== SOURCE DATA
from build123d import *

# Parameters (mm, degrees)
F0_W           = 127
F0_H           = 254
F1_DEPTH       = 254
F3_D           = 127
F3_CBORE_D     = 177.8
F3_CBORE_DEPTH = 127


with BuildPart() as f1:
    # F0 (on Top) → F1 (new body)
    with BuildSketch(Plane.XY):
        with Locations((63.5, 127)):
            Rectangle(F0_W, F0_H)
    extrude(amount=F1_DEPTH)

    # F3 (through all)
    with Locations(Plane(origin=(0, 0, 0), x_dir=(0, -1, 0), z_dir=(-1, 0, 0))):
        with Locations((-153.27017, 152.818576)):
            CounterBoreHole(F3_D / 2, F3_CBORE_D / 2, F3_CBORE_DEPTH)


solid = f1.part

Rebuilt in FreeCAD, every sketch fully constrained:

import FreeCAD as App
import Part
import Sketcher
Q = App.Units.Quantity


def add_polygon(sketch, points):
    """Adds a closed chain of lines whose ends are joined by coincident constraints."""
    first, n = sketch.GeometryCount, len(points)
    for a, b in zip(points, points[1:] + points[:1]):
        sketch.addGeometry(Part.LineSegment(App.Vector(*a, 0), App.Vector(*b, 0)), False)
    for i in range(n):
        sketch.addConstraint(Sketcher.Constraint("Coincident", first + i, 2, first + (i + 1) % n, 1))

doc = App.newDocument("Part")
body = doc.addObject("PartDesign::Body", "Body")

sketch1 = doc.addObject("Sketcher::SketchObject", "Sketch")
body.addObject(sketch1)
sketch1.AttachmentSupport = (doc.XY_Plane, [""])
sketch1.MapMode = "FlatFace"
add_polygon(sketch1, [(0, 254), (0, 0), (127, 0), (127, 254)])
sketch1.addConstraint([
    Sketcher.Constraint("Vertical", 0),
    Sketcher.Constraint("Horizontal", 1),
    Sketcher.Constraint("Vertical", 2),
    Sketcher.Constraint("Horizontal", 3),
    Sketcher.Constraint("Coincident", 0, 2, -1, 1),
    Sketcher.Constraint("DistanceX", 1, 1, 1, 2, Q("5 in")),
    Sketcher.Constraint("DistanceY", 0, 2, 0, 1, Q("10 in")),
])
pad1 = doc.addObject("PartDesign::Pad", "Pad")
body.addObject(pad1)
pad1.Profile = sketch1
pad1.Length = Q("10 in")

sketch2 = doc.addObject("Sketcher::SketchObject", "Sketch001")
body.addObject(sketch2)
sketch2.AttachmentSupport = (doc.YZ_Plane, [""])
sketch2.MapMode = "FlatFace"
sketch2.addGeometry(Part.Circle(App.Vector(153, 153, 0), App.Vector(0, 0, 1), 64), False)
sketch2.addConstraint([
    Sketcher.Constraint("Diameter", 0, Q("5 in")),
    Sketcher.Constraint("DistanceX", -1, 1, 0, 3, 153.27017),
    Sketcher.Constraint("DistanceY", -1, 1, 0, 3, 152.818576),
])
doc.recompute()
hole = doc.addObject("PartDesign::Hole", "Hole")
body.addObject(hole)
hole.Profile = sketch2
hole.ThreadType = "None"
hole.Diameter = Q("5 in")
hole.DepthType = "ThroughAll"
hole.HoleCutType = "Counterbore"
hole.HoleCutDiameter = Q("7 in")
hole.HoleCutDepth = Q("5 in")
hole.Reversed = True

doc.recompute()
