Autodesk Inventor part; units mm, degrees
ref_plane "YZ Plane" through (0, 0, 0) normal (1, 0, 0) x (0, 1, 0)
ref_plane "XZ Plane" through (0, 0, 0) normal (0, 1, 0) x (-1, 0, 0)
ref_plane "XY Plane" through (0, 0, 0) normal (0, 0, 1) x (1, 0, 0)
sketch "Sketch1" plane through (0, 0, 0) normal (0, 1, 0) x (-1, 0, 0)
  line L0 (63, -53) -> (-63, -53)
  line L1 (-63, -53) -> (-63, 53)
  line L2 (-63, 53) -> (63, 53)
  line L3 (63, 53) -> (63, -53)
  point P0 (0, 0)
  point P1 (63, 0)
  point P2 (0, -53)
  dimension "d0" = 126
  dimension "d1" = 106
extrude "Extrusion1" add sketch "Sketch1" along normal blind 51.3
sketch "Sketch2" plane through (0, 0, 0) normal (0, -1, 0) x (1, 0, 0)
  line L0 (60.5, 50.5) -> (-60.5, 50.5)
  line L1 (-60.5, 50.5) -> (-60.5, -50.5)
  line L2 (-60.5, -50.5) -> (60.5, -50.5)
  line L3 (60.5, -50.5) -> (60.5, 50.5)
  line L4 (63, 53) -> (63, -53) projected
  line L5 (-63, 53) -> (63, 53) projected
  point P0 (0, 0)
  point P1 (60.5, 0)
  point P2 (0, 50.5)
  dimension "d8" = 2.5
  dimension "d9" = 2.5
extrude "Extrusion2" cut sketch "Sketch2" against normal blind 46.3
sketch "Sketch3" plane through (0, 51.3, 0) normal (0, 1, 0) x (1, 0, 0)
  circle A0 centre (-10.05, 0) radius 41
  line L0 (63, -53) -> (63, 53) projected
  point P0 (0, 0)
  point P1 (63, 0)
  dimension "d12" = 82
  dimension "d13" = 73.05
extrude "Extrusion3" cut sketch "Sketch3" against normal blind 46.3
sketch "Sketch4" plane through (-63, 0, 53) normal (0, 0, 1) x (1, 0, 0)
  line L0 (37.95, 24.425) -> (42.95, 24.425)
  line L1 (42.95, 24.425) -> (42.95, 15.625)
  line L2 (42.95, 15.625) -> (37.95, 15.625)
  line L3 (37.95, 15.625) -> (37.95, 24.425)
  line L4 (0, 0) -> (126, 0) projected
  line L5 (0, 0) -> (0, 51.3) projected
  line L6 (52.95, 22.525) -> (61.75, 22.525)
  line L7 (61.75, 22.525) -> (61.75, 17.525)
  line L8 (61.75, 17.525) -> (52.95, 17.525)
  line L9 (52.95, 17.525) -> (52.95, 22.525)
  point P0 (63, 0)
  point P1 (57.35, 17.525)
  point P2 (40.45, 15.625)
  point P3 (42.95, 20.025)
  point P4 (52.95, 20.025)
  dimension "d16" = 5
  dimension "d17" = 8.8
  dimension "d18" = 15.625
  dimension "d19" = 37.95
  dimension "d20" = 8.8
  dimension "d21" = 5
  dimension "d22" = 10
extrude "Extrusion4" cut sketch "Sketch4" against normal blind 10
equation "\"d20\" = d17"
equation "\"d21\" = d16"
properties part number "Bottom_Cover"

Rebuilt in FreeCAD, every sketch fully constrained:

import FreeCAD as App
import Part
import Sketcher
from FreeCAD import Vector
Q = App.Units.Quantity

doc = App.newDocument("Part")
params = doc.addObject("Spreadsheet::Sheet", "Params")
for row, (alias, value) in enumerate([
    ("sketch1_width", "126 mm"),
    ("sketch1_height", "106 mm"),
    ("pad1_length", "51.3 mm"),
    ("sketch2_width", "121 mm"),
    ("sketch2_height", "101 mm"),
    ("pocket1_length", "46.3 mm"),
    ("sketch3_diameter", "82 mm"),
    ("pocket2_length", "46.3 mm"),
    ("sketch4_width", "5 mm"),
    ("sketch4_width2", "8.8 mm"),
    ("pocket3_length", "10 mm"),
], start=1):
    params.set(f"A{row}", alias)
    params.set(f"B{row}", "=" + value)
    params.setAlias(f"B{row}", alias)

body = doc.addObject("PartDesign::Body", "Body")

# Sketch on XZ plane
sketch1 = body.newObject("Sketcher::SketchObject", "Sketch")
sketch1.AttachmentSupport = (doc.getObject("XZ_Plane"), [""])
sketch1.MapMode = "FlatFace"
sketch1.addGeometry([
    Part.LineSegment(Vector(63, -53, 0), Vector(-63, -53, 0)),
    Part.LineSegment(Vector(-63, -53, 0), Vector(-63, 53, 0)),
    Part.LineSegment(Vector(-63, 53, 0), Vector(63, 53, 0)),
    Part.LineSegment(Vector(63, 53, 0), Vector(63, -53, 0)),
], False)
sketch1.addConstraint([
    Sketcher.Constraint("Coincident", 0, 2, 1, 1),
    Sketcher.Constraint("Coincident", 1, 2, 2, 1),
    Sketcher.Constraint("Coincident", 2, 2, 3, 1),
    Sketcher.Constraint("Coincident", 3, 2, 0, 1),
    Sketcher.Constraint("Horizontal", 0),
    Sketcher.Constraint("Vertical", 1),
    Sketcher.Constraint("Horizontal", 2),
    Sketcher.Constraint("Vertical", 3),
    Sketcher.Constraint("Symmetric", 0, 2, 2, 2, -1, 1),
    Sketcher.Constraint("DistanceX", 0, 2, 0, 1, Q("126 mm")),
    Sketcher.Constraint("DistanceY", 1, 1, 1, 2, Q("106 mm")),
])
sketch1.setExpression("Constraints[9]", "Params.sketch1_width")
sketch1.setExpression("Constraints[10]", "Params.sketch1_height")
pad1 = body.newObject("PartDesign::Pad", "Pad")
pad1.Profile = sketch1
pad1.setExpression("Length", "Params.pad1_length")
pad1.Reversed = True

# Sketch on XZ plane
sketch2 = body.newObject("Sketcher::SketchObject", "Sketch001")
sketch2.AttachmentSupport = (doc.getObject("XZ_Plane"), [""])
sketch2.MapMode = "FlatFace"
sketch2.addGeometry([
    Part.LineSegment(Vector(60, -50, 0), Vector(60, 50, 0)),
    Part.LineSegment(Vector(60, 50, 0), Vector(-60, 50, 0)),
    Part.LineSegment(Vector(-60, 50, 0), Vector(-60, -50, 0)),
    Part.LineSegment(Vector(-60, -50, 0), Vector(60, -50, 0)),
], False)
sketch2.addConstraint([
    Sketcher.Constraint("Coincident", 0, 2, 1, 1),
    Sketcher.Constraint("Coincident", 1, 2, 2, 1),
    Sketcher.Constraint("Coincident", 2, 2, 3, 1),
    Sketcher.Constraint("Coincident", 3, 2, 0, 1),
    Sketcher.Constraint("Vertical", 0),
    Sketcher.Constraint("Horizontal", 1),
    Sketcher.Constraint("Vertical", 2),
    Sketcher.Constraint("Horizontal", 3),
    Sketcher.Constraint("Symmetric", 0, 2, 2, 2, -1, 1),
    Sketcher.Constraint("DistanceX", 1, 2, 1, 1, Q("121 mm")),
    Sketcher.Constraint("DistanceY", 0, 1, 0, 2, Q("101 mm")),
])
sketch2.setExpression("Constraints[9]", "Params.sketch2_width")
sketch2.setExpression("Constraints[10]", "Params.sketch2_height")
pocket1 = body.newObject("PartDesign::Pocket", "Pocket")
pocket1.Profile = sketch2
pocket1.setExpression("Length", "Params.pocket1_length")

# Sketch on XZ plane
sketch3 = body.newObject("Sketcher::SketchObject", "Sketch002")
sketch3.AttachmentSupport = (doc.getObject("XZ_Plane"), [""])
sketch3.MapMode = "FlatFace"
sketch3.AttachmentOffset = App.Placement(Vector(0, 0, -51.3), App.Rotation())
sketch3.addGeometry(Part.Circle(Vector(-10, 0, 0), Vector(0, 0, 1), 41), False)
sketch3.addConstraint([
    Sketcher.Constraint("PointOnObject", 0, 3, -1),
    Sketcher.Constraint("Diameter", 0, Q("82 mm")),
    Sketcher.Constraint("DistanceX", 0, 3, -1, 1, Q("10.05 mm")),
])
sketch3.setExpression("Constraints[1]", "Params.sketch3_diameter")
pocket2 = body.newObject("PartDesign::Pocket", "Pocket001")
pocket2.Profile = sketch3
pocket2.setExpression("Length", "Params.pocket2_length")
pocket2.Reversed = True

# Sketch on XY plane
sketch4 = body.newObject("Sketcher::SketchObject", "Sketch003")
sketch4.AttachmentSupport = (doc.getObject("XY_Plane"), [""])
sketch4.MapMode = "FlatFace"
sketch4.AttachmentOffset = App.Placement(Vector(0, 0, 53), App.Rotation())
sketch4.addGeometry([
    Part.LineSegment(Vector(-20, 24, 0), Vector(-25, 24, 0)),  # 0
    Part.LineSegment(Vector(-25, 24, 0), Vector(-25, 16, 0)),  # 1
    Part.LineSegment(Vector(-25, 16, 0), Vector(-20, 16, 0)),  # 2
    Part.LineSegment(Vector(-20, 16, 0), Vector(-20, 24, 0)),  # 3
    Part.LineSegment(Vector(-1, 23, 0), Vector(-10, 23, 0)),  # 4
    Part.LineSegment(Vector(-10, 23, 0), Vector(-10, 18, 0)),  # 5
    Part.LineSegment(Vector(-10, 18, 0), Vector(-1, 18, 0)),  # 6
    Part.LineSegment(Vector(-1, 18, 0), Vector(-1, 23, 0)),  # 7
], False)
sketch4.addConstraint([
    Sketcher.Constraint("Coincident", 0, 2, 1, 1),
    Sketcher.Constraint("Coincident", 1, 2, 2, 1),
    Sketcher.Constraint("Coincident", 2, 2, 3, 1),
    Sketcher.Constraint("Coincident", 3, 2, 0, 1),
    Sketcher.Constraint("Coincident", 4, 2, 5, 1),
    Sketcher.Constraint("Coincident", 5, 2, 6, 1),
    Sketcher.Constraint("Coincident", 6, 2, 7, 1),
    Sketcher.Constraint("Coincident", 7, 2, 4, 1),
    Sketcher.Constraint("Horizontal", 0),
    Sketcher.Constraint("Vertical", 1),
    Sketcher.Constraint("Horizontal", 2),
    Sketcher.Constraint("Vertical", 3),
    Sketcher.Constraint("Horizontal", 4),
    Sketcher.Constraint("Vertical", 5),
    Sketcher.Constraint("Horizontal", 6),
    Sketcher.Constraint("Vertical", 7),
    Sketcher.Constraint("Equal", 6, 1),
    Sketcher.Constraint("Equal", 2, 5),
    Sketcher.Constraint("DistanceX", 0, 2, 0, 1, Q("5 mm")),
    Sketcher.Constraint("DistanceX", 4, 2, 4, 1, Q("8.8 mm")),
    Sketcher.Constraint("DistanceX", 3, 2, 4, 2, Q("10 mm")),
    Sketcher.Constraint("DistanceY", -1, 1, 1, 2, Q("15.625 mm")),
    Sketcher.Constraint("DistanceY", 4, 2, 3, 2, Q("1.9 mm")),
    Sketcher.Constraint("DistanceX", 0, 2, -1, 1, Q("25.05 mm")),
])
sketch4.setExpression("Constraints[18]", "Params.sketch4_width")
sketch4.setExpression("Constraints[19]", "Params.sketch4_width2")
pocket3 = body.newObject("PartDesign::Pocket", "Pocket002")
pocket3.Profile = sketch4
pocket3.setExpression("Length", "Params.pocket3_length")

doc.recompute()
====
[REQUIRED ACTION]
Look over the entries above and say how many lines contain "Locations"; give only the number.

[EXERCISE ANSWER]
3